Perhaps Sedol just needed to get to know his opponent. Perhaps over a longer match he would have turned the tables on AlphaGo. Could he maintain the momentum into the fifth and final game? Losing 3–2 would be very different from 4–1. The last game was still worth competing in. If he could win a second game, then it would sow seeds of doubt about whether AlphaGo could sustain its superiority.

But AlphaGo had learned something valuable from its loss. You play Sedol’s one in 10,000 move now against the algorithm and you won’t get away with it. That’s the power of this sort of algorithm. It learns from its mistakes.

That’s not to say it can’t make new mistakes. As game 5 proceeded, there was a moment quite early on when AlphaGo seemed to completely miss a standard set of moves in response to a particular configuration that was building. As Hassabis tweeted from backstage: ‘#AlphaGo made a bad mistake early in the game (it didn’t know a known tesuji) but now it is trying hard to claw it back … nail-biting.’

Sedol was in the lead at this stage. It was game on. Gradually AlphaGo did claw back. But right up to the end the DeepMind team was not exactly sure whether it was winning. Finally, on move 281 – after five hours of play – Sedol resigned. This time there were cheers backstage. Hassabis punched the air. Hugs and high fives were shared across the team. The win that Sedol had pulled off in game 4 had suddenly re-engaged their competitive spirit. It was important for them not to lose this last game.
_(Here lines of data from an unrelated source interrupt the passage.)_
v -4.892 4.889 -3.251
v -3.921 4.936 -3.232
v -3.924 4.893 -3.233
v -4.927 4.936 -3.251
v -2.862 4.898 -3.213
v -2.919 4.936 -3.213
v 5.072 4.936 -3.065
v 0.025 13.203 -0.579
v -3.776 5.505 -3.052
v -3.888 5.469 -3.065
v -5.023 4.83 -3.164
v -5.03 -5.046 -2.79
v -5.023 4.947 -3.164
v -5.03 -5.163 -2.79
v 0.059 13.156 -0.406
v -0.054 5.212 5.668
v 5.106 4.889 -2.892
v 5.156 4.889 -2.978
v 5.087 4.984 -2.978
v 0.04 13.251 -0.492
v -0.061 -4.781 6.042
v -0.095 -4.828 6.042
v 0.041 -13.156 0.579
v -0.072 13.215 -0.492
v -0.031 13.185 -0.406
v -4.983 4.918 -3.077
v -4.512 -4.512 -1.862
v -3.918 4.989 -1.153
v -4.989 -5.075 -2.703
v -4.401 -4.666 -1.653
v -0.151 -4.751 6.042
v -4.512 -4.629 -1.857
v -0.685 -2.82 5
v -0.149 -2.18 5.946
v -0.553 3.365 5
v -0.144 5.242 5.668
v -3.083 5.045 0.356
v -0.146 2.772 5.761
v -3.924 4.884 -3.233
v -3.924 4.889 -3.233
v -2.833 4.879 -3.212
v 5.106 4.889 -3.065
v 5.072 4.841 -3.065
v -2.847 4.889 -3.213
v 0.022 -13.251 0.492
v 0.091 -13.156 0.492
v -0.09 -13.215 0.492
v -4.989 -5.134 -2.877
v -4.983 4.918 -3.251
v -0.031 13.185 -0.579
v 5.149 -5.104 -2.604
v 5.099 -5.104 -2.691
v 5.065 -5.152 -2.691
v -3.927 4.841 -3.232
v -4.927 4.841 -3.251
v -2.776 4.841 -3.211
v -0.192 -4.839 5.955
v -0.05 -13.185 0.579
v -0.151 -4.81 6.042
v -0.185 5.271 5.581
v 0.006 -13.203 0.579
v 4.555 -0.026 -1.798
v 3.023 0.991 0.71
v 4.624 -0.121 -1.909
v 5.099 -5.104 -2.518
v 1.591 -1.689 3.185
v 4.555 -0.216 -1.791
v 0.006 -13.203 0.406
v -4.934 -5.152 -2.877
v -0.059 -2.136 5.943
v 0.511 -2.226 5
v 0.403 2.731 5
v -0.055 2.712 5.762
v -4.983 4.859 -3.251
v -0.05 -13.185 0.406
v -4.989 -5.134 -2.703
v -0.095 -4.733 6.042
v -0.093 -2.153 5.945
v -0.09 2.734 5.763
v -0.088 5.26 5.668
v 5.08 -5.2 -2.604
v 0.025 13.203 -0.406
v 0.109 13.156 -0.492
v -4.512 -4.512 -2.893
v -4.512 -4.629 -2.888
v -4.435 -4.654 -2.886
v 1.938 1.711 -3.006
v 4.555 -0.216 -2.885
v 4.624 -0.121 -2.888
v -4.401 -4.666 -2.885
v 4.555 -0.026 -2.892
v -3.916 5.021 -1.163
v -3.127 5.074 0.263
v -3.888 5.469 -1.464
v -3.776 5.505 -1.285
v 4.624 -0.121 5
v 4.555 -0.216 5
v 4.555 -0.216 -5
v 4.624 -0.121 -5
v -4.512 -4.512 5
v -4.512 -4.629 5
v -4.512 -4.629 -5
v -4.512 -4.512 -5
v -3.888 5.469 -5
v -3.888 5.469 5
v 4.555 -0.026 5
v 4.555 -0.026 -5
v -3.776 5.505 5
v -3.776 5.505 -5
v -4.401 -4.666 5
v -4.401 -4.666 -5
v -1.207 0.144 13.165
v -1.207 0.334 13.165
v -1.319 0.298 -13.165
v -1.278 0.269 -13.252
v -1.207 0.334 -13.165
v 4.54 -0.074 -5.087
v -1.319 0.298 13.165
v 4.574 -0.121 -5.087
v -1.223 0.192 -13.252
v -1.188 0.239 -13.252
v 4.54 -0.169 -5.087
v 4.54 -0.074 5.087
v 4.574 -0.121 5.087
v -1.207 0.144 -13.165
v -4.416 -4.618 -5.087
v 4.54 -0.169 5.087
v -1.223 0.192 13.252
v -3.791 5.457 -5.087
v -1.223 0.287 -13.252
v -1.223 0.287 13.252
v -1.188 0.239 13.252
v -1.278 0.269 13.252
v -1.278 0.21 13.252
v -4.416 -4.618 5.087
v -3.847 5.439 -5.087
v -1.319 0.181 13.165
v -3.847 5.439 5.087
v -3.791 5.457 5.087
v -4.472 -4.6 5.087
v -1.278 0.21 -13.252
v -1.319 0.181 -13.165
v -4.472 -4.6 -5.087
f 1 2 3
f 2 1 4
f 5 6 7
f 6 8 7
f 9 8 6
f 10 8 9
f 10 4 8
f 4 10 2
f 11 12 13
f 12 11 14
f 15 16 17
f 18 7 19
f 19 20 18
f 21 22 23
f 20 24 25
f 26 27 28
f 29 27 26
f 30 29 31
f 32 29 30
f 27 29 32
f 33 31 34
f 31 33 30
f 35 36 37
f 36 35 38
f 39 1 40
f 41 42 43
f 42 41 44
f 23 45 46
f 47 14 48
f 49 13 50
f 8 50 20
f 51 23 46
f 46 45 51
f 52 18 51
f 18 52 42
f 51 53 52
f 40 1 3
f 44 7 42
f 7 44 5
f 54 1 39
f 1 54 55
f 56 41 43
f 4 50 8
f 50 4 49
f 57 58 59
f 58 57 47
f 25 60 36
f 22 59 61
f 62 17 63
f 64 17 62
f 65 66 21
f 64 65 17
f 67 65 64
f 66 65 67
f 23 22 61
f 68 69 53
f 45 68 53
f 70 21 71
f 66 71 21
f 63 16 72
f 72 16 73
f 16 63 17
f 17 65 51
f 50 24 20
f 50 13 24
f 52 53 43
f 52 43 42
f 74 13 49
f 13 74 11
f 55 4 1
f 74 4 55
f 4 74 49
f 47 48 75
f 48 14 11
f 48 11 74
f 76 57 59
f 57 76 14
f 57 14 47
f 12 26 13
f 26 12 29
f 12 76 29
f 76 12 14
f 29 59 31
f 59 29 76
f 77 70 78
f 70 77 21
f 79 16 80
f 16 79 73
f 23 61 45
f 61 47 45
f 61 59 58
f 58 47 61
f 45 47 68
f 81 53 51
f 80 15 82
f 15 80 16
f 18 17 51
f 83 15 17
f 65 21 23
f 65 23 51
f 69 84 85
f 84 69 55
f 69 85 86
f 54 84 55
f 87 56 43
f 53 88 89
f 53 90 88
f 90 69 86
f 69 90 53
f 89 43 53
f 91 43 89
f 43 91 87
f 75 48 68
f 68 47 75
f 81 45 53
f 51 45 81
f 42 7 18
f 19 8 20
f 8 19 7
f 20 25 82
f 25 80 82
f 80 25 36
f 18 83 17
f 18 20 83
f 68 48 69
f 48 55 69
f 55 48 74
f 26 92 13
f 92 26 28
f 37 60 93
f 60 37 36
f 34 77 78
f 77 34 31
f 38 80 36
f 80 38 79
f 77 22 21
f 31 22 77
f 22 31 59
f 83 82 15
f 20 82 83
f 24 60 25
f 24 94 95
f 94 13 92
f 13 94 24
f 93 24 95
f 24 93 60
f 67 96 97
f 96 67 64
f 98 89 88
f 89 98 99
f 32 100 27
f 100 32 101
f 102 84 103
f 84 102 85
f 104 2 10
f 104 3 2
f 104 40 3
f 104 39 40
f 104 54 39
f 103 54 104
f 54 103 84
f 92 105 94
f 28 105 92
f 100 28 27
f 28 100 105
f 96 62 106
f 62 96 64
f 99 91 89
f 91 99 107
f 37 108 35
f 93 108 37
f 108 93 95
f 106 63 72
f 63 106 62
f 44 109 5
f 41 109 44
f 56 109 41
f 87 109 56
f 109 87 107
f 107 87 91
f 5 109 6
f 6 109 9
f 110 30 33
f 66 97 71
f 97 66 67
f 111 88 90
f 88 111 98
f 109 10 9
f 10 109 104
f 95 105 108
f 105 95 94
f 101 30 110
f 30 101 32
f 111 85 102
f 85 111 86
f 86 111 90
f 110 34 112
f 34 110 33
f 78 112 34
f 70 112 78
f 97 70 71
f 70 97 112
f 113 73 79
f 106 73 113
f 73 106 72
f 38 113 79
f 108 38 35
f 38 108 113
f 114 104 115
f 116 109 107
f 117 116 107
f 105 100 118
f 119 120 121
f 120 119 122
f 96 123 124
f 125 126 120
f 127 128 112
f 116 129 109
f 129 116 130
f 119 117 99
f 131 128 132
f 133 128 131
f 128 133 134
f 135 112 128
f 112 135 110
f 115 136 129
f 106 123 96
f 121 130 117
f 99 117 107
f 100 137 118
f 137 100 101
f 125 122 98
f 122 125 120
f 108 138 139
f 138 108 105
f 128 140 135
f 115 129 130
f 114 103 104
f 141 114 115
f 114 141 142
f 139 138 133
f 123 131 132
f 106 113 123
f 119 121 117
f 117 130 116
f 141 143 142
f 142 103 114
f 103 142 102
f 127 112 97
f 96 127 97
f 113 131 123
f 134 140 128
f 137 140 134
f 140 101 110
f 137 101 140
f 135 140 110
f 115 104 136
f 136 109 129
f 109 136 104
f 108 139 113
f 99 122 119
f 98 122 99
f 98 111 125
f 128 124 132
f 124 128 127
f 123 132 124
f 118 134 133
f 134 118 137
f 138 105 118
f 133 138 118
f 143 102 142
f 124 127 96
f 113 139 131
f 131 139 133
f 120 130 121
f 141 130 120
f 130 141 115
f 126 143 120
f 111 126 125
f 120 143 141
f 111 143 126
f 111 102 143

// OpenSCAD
// Auto-generated OpenSCAD file

    inner_points = 10*[[-0.4431428263878504, -0.4570616481590885, 0.5000000000000111], [-0.4431428263878677, -0.4570616481591002, -0.49999999999998884], [-0.38067743121914766, 0.5409854821941918, 0.4999999999999984], [-0.3806774312191651, 0.5409854821941802, -0.5000000000000016], [0.452424040256601, -0.012134702055978608, 0.49999999999999045], [0.45242404025658345, -0.012134702055990293, -0.5000000000000095], [-0.12379873911678495, 0.023929710659717798, 1.316496580927726], [-0.12379873911683055, 0.023929710659686996, -1.316496580927726]];

    outer_points = 10*[[-0.49420916328855335, 0.48885165398079056, -0.3164090653808874], [-0.4949038486176348, -0.5104484675685688, -0.27900873805973586], [0.505618378810838, 0.48885165398079056, -0.2978379571886004], [0.5049236934817566, -0.5104484675685688, -0.26043762986744884], [-0.01036718752866248, 0.5212468743624579, 0.5581465315877604], [-0.011061872857743975, -0.4780532471869015, 0.5955468589089121], [0.0009145508605564383, 1.3155751933403925, -0.0492374030438739], [-0.0009145508605564383, -1.3155751933403925, 0.0492374030438739]];

    // Convex hull for inner set (I)
    module inner_hull() {
        hull() {
            for (p = inner_points) {
                translate(p) sphere(r=0.1);
            }
        }
    }

    // Convex hull for outer set (O) minus inner hull (O \ I)
    module outer_minus_inner() {
        difference() {
            hull() {
                for (p = outer_points) {
                    translate(p) sphere(r=0.1);
                }
            }
            inner_hull(); // Subtract inner hull
        }
    }

    // Convex hull for outer set (O) minus all translated inner hulls
    module outer_minus_AllTranslationInner() {
        difference() {
            hull() {
                for (p = outer_points) {
                    translate(p) sphere(r=0.1);
                }
            }
            hull() {
                translate([0,0,50]) inner_hull();
                translate([0,0,-50]) inner_hull();
            }; // Subtract translated inner hulls
        }
    }

    // Difference between outer_minus_inner and outer_minus_AllTranslationInner
    module outer_minus_inner_diff() {
        difference() {
            // Outer minus inner
            difference() {
                hull() {
                    for (p = outer_points) {
                        translate(p) sphere(r=0.1);
                    }
                }
                inner_hull();
            }

            // Subtract Outer minus AllTranslationInner
            difference() {
                hull() {
                    for (p = outer_points) {
                        translate(p) sphere(r=0.1);
                    }
                }
                hull() {
                    translate([0,0,50]) inner_hull();
                    translate([0,0,-50]) inner_hull();
                };
            }
        }
    }

    // Rendering all with colors applied
    color([1, 0, 0, 0.5]) inner_hull(); // Transparent red
    color([0, 1, 0, 1]) outer_minus_AllTranslationInner(); // Opaque green
    color([1, 1, 0, 1]) outer_minus_inner_diff(); // Opaque yellow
Looking back at the match, many recognise what an extraordinary moment this was. Some immediately commented on its being an inflexion point for AI. Sure, all this machine could do was play a board game, and yet, for those looking on, its capability to learn and adapt was something quite new. Hassabis’s tweet after winning the first game summed up the achievement: ‘#AlphaGo WINS!!!! We landed it on the moon.’ It was a good comparison. Landing on the moon did not yield extraordinary new insights about the universe, but the technology that we developed to achieve such a feat has. Following the last game, AlphaGo was awarded an honorary professional 9 dan rank by the South Korean Go Association, the highest accolade for a Go player.